Bitcoin could be disastrous for climate change - fieldeffectt
https://www.greenism.com/bitcoin-mining-and-climate-change/
======
sparkie
Bitcoin will drive innovation in cheaper energy sources faster than any amount
of carbon tax could hope to achieve.

Miners revenue can only decline as the block subsidy halves, as more miners
participate in the network and the difficulty increases. The miners themselves
have only one major expenditure, which is electricity used to run the mining
hardware and the cooling equipment.

This means that for miners to continue to increase their profits, the single
most effective solution for them is to invest some of their profits into the
creation of renewable, low maintenance energy solutions.

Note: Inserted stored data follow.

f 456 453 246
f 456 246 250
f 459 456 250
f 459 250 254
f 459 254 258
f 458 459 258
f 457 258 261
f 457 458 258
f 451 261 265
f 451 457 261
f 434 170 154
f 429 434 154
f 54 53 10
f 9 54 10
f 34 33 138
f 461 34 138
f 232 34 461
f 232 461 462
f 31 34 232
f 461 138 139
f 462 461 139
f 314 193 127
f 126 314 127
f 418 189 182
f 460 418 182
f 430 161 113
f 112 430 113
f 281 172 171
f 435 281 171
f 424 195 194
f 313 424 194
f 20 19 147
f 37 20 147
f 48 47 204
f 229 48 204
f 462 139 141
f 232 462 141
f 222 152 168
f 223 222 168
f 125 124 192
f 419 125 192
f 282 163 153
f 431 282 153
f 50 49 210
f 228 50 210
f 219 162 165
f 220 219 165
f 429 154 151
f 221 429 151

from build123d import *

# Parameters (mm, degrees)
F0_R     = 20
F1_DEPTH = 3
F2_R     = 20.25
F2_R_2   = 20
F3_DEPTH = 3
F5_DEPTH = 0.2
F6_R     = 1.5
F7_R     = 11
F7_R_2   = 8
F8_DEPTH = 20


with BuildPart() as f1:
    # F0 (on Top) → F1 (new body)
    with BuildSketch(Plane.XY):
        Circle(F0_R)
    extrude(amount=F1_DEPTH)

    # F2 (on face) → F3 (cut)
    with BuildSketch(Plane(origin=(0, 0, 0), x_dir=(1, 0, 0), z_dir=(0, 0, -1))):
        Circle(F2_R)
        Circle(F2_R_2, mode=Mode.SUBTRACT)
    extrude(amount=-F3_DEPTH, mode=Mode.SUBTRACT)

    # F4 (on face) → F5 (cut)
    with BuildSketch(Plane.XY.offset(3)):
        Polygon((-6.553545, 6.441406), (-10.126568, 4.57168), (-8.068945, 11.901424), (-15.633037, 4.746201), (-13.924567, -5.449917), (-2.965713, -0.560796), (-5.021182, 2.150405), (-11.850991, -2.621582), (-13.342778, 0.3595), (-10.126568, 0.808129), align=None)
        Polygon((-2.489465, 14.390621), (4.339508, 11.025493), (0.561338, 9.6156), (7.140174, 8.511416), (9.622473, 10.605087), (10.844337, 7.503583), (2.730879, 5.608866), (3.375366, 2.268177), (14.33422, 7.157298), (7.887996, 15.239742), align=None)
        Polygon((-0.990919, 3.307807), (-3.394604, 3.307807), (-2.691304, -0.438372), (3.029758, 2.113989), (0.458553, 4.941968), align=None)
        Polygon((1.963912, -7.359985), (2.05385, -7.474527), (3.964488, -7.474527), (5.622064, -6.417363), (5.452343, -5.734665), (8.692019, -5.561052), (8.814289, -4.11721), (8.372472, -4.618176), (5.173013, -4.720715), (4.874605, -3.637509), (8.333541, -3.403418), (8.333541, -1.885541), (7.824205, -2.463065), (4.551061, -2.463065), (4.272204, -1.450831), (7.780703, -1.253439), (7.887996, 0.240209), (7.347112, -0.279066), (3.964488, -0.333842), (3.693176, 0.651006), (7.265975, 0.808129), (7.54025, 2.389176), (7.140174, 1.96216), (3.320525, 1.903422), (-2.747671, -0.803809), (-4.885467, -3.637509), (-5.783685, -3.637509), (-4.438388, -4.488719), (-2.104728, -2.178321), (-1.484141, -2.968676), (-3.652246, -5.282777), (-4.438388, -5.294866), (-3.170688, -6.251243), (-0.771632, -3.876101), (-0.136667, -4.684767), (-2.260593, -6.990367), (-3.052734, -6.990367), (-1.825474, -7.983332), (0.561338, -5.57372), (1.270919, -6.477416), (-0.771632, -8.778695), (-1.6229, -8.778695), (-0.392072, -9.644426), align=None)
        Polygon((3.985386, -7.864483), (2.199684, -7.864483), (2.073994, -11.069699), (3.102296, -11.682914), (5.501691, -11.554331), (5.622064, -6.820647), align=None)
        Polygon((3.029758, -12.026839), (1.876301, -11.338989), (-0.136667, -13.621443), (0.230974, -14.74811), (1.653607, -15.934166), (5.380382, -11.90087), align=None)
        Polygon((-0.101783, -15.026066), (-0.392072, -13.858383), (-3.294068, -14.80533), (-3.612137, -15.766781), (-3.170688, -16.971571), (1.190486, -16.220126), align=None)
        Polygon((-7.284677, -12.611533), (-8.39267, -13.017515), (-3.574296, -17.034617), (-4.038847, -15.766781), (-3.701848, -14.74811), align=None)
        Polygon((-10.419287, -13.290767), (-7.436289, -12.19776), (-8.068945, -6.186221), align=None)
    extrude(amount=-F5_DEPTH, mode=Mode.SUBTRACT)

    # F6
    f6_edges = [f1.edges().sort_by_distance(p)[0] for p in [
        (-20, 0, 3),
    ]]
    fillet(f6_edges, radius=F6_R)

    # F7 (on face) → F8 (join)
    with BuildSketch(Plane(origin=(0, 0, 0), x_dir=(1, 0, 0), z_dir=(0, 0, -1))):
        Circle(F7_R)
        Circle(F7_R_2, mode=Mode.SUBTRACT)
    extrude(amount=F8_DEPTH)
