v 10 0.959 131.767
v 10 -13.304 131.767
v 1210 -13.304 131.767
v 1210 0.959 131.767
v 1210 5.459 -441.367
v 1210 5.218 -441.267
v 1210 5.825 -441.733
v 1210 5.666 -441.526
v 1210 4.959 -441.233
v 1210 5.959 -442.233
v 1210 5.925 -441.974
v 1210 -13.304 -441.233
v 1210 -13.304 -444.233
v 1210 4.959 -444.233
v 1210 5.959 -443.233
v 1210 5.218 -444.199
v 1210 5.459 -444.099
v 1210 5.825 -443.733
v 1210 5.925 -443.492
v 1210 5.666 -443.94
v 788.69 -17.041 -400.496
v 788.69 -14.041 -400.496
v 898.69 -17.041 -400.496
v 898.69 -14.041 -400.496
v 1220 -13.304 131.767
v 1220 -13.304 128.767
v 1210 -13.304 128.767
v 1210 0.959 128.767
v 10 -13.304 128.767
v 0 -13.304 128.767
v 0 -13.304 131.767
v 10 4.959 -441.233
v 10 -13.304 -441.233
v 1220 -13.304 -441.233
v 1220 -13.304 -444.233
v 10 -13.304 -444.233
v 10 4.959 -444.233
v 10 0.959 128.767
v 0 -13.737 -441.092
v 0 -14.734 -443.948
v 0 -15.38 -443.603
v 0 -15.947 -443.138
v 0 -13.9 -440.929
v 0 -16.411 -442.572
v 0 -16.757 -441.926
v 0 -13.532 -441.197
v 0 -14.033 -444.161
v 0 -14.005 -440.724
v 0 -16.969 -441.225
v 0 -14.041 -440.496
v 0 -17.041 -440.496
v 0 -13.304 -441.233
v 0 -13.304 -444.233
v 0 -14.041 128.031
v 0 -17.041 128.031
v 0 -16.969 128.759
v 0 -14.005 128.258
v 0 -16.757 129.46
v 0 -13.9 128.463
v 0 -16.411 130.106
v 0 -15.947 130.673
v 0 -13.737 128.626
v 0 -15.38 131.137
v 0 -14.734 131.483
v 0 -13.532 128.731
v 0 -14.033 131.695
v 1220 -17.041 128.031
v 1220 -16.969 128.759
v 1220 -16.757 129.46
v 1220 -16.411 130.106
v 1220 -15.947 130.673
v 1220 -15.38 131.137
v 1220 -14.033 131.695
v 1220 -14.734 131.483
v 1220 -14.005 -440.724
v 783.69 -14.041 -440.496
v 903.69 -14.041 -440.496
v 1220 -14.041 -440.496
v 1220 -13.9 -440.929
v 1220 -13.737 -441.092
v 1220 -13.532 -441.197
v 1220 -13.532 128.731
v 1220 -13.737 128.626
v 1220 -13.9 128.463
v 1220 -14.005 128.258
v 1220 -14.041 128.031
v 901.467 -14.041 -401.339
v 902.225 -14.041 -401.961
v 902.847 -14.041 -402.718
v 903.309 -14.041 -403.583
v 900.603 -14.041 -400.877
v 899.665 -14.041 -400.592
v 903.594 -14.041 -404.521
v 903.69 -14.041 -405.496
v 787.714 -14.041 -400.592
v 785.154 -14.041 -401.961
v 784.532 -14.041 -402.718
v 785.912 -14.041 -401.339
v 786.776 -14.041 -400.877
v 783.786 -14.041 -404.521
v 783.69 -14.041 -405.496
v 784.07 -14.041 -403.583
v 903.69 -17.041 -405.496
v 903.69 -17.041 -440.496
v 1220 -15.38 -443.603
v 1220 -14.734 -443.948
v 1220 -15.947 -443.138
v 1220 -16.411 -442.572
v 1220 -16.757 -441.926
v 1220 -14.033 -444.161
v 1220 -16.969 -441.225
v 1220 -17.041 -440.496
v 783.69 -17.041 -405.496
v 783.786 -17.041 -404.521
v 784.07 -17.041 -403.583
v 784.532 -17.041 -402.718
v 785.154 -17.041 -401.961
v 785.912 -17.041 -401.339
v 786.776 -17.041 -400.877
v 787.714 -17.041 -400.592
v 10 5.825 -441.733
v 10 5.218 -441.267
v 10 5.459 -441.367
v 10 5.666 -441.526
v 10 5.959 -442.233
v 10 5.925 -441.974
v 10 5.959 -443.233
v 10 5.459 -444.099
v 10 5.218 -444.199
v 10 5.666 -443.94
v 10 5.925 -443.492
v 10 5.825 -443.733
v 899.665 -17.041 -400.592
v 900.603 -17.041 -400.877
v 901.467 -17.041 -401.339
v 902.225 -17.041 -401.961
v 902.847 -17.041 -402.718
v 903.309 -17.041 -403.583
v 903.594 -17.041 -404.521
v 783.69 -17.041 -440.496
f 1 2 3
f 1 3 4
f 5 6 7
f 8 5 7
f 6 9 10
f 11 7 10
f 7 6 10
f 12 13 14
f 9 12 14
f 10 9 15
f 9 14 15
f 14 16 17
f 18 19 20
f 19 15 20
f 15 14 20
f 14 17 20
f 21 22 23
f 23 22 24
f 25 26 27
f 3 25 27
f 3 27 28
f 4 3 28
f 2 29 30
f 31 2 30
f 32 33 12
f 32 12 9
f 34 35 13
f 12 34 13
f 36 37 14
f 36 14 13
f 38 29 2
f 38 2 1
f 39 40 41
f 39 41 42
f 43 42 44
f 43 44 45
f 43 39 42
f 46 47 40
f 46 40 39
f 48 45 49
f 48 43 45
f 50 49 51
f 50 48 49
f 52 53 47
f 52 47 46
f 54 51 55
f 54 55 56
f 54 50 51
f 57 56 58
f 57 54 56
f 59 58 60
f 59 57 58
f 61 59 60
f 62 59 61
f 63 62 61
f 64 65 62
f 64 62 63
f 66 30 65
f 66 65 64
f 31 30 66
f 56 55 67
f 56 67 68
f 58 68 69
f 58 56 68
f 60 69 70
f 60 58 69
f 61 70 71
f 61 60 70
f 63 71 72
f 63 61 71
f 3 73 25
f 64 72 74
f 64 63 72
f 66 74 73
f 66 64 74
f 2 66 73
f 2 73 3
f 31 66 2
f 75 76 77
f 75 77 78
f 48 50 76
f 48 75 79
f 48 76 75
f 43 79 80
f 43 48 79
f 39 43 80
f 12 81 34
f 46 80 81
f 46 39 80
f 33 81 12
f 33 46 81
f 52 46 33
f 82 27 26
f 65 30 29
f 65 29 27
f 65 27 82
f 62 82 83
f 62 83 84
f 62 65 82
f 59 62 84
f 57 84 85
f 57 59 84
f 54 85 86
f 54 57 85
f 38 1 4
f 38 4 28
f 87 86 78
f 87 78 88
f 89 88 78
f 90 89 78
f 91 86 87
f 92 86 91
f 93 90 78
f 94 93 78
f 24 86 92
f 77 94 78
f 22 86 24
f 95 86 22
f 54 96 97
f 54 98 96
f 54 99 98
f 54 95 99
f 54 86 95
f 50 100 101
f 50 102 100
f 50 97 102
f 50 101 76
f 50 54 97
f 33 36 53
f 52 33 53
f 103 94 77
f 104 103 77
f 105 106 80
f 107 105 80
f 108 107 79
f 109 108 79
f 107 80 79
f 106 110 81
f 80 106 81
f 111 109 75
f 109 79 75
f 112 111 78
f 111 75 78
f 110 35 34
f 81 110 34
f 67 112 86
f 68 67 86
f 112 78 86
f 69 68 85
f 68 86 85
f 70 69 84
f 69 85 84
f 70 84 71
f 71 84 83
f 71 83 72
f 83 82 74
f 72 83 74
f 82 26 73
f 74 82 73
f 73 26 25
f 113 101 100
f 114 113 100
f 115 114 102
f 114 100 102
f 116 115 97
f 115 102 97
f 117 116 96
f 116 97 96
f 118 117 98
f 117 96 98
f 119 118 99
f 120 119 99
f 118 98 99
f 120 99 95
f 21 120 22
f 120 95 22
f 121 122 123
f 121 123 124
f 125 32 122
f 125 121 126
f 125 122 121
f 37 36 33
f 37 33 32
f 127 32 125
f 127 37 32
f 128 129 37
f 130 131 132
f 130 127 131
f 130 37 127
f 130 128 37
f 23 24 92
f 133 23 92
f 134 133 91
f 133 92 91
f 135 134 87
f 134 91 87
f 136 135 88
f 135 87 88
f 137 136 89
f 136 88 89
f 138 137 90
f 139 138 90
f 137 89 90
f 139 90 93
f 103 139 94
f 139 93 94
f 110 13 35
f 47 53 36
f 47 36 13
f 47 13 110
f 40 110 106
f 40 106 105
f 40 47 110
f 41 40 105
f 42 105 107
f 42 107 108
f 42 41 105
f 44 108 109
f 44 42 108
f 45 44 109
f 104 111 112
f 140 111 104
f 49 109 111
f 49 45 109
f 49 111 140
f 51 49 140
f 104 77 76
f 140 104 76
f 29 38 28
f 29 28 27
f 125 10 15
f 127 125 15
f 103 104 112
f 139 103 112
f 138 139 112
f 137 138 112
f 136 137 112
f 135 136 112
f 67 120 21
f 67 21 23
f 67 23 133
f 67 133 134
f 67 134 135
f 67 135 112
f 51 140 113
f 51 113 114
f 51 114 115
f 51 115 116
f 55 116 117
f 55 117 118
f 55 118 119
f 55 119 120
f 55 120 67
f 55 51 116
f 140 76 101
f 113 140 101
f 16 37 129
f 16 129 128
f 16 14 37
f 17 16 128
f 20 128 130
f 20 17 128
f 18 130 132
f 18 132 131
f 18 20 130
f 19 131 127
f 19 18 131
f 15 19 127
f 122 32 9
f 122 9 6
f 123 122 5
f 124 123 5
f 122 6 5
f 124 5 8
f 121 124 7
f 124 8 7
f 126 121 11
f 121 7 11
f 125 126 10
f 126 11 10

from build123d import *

# Parameters (mm, degrees)
BASE_FLANGE1_DEPTH = 1220
SKETCH6_W          = 10
SKETCH6_H          = 19.2634
CUT_EXTRUDE1_DEPTH = 1350.246604201
CUT_EXTRUDE2_REACH = 1300.516
FILLET1_R          = 1


# Sheet-metal steps are written as plain solids
with BuildPart() as part:
    # Sketch1 → Base-Flange1 (new body)
    with BuildSketch(Plane(origin=(0, 0, 0), x_dir=(0, 0, -1), z_dir=(1, 0, 0))):
        with BuildLine():
            Line((-128.767123288, 0.95890411), (-128.767123288, -13.30449589))
            ThreePointArc((-128.767123288, -13.30449589), (-128.551378143, -13.825350745), (-128.030523288, -14.04109589))
            Line((-128.030523288, -14.04109589), (440.496276712, -14.04109589))
            ThreePointArc((440.496276712, -14.04109589), (441.017131567, -13.825350745), (441.232876712, -13.30449589))
            Line((441.232876712, -13.30449589), (441.232876712, 5.95890411))
            Line((441.232876712, 5.95890411), (444.232876712, 5.95890411))
            Line((444.232876712, 5.95890411), (444.232876712, -13.30449589))
            ThreePointArc((444.232876712, -13.30449589), (443.138451911, -15.946671089), (440.496276712, -17.04109589))
            Line((440.496276712, -17.04109589), (-128.030523288, -17.04109589))
            ThreePointArc((-128.030523288, -17.04109589), (-130.672698486, -15.946671089), (-131.767123288, -13.30449589))
            Line((-131.767123288, -13.30449589), (-131.767123288, 0.95890411))
            Line((-131.767123288, 0.95890411), (-128.767123288, 0.95890411))
        make_face()
    extrude(amount=BASE_FLANGE1_DEPTH)

    # Sketch6 → Cut-Extrude1 (cut, through all)
    with BuildSketch(Plane(origin=(0, 0, -444.232876712), x_dir=(-1, 0, 0), z_dir=(0, 0, -1))):
        with Locations((-1215, -3.67279589)):
            Rectangle(SKETCH6_W, SKETCH6_H)
        with Locations((-5, -3.67279589)):
            Rectangle(SKETCH6_W, SKETCH6_H)
    extrude(amount=-CUT_EXTRUDE1_DEPTH, mode=Mode.SUBTRACT)

    # Sketch8 → Cut-Extrude2 (cut, up to next)
    with BuildSketch(Plane(origin=(0, -14.04109589, 0), x_dir=(1, 0, 0), z_dir=(0, 1, 0)), mode=Mode.PRIVATE) as cut_extrude2_sk1:
        with BuildLine():
            Line((903.689592114, 440.496276712), (783.689592114, 440.496276712))
            Line((783.689592114, 440.496276712), (783.689592114, 405.496276712))
            ThreePointArc((783.689592114, 405.496276712), (785.154058208, 401.960742806), (788.689592114, 400.496276712))
            Line((788.689592114, 400.496276712), (898.689592114, 400.496276712))
            ThreePointArc((898.689592114, 400.496276712), (902.22512602, 401.960742806), (903.689592114, 405.496276712))
            Line((903.689592114, 405.496276712), (903.689592114, 440.496276712))
        make_face()
    cut_extrude2_tool1 = extrude(cut_extrude2_sk1.sketch, amount=-CUT_EXTRUDE2_REACH, mode=Mode.PRIVATE) & part.part
    add(cut_extrude2_tool1.solids().sort_by_distance((843.689592, -14.041096, -420.538583))[0], mode=Mode.SUBTRACT)

    # Fillet1
    fillet1_edges = [part.edges().sort_by_distance(p)[0] for p in [
        (610, 5.95890411, -441.232876712),
        (610, 5.95890411, -444.232876712),
    ]]
    fillet(fillet1_edges, radius=FILLET1_R)


solid = part.part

Since those miners will be able to run their equipment from renewable, cheaper
energy, the remaining miners who are using expensive biofuels will end up
unprofitable and be put out of business.

Eventually, the competition in mining will be driven _entirely_ by who can
generate the cheapest and most abundant source of renewable electricity, for
which they will want to acquire the intellectual property rights because they
don't want to hand it to their competition. A highly competing clean energy
market is what is needed to push innovation.

The main problem we have now is that clean energies are just not competitive
enough. They usually need subsidizing by governments. That practice is simply
not sustainable, because eventually the subsidies will dry up and they'll be
back to being more expensive than biofuels.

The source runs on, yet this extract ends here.